Ser pioneiro na adoção de novas tecnologias não é exatamente uma tradição no setor financeiro. Isso está começando a mudar como resultado do surgimento de startups e de novos talentos de marketing oriundos de outras indústrias, trazendo consigo boas práticas ainda pouco usadas nesse segmento. Há uma clara evolução ocorrendo e nota-se que estas empresas estão incorporando cada dia mais ferramentas de automação de marketing ao seu stack tecnológico.

A automação de marketing, muito usada no setor de comércio eletrônico, é, na verdade, o sonho de qualquer empreendedor. E é muito popular entre as startups: 67% dos diretores de marketing afirmam utilizar ferramentas de automação.

Assim, em vez de empregar diversos especialistas dessa área, uma empresa de serviços financeiros pode programar a maioria de suas ações, de forma a responder às necessidades de seus clientes atuais e potenciais.

Plataformas de automação de marketing como Marketo, Pardot e Hubspot são algumas das que estão em franco crescimento nos últimos tempos.

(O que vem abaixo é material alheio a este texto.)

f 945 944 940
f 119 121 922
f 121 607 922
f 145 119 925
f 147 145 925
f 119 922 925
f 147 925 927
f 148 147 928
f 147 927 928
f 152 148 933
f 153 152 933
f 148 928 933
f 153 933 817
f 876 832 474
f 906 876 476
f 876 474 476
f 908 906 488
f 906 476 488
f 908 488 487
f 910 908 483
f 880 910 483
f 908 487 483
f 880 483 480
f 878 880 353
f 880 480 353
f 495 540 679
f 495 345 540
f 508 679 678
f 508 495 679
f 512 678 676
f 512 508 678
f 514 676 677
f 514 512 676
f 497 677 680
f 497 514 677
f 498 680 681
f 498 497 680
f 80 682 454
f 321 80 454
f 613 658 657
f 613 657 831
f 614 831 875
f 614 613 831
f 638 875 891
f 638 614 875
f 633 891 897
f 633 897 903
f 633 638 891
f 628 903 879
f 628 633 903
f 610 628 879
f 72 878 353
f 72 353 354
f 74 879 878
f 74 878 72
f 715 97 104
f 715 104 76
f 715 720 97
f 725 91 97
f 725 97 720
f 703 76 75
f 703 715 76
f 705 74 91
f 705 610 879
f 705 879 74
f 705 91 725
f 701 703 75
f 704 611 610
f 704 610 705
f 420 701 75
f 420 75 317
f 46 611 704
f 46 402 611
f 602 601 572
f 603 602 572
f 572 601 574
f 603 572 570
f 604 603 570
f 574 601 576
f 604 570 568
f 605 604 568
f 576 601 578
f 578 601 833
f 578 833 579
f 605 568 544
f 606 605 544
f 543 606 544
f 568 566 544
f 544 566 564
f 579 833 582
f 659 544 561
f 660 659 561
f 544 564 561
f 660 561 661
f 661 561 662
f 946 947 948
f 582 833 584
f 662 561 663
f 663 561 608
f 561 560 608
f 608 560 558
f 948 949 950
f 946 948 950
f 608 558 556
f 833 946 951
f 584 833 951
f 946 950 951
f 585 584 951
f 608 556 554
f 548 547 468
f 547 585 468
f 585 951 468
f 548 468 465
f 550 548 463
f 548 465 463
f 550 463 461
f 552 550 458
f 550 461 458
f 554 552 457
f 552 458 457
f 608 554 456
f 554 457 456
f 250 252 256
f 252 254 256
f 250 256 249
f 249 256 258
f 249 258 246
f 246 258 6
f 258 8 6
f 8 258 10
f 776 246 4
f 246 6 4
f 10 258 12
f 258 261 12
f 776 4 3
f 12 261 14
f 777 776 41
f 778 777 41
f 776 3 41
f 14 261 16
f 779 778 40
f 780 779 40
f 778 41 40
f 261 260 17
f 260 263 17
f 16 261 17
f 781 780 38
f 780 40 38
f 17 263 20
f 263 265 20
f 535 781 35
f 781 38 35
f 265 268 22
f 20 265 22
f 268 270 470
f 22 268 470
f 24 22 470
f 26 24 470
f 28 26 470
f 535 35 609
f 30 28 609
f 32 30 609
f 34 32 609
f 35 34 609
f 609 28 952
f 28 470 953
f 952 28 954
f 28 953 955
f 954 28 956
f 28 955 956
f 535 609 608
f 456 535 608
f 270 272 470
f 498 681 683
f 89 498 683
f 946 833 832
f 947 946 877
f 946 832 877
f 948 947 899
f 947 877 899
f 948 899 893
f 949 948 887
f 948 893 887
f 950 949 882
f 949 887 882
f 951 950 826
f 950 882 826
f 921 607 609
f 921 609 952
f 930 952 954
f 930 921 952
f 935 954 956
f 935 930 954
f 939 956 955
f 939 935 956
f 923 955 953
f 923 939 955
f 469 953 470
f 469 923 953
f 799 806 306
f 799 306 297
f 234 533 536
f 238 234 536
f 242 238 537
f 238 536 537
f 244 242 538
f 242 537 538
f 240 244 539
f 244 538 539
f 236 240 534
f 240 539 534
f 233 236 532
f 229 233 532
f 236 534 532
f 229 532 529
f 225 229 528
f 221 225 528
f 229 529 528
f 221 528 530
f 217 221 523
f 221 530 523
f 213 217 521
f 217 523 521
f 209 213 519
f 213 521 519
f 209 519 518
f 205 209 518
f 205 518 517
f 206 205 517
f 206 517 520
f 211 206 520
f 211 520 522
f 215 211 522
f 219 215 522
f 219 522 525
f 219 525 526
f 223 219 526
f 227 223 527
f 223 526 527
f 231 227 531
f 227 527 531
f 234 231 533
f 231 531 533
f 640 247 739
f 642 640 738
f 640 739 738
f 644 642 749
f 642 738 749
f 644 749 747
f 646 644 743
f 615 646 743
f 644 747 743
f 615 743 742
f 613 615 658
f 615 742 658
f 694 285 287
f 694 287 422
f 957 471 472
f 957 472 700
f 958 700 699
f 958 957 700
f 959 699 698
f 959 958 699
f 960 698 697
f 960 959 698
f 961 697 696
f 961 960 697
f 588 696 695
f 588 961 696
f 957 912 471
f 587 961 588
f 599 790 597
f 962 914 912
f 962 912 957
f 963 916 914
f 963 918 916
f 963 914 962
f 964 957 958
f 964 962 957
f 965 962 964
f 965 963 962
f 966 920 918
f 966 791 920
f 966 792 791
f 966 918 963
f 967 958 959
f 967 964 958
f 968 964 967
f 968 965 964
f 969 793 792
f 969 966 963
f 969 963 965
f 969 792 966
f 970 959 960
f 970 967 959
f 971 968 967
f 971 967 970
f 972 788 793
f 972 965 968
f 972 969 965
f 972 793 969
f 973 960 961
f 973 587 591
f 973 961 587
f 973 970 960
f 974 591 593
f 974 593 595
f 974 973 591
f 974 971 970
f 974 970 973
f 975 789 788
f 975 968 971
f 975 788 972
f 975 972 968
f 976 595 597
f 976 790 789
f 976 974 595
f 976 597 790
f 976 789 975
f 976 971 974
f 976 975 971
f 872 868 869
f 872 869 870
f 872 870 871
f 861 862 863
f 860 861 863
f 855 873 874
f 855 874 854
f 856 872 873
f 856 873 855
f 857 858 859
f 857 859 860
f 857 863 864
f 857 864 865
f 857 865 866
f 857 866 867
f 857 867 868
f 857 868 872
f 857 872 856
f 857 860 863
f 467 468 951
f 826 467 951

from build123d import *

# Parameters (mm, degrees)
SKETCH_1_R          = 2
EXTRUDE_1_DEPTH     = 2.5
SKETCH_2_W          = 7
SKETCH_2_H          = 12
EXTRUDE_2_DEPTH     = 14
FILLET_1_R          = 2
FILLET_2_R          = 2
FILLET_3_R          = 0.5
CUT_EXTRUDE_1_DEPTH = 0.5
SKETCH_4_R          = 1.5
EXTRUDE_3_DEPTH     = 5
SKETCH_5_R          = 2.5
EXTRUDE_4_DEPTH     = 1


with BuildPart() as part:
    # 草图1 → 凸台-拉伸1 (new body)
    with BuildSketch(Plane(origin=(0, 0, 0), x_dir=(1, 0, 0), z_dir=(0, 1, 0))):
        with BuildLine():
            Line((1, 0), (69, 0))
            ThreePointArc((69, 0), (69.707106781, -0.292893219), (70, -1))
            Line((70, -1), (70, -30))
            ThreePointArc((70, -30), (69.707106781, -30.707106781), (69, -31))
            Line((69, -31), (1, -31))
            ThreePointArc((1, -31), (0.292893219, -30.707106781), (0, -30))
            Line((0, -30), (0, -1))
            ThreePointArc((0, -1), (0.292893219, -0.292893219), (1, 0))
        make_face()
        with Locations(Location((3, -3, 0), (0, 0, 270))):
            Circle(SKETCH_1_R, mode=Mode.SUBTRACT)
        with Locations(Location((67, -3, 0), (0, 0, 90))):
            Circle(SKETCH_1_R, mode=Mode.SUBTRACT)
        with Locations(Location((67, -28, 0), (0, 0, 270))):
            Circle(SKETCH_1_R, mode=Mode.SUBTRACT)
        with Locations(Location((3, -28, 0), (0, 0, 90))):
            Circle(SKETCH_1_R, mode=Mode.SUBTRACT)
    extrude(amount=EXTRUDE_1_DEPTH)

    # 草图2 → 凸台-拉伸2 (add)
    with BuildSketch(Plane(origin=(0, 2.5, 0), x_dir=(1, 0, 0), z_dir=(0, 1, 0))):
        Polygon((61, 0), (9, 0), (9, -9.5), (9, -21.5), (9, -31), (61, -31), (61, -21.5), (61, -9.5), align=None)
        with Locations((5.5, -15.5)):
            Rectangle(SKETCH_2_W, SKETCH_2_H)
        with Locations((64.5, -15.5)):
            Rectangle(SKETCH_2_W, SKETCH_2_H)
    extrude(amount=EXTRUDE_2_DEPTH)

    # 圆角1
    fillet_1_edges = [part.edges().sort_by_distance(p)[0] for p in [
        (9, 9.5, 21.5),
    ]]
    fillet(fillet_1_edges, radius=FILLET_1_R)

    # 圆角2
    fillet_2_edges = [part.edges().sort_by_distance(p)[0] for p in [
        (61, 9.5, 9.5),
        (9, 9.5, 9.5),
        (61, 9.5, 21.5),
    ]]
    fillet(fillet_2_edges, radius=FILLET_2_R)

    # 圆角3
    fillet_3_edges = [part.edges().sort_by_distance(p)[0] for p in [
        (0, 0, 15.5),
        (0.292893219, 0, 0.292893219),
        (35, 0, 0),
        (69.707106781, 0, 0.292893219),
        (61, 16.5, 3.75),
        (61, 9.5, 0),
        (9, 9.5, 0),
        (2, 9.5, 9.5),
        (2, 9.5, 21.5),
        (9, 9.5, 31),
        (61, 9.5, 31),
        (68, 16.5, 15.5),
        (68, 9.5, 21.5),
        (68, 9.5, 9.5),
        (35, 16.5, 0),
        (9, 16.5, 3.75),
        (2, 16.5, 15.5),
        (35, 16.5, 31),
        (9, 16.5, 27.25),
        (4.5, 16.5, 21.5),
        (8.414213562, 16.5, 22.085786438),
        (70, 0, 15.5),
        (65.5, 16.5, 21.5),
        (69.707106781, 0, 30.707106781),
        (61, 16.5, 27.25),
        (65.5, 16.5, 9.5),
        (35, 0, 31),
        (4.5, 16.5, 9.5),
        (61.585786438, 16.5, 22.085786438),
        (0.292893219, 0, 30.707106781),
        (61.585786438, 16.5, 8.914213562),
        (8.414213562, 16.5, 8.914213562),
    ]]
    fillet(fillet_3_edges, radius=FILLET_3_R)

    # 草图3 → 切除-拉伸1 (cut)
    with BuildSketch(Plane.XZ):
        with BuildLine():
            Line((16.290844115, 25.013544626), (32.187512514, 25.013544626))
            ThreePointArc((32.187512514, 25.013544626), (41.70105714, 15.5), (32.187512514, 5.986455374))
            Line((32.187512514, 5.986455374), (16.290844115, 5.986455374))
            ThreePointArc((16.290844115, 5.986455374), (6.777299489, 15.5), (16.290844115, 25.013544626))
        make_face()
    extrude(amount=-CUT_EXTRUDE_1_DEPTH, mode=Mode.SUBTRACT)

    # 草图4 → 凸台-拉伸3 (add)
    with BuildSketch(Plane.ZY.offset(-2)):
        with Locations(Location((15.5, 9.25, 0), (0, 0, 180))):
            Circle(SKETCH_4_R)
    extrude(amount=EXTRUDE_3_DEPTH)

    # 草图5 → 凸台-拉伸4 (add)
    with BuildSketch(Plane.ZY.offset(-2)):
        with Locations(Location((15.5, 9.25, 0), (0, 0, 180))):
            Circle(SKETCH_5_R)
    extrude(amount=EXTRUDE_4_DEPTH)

A terra prometida do marketing automatizado
Grandes instituições financeiras enfrentam muita tensão ao empregar o marketing de massa. Para agilizar suas operações e reduzir os custos, essas empresas categorizaram seus clientes e enviam mensagens similares a todos que se agregam em uma mesma categoria. Essa não é uma boa segmentação, mas oferece ROI positivo.

O detalhe é que os clientes respondem melhor a comunicações, experiências e ofertas que sentem serem direcionadas diretamente para atender às suas necessidades – e a automação de marketing permite o envio de mensagens personalizadas em grande escala.

“Todos queremos transmitir a mensagem certa para o público-alvo certo e na hora certa, e ferramentas de automação de marketing podem nos ajudar a determinar os interesses dos clientes com base nas suas ações e enviar a resposta correta, consistente e com o tom da empresa”, afirma Christian Hughes, presidente da Cutwater, uma agência de criação em São Francisco (EUA).

Segundo ele, “em um setor como o de serviços financeiros, com tanto ceticismo por parte dos clientes, a automação de marketing pode ajudar as instituições a oferecer algo de valor para as pessoas no momento justo, ajudando a criar uma relação de confiança entre a empresa e seus clientes”.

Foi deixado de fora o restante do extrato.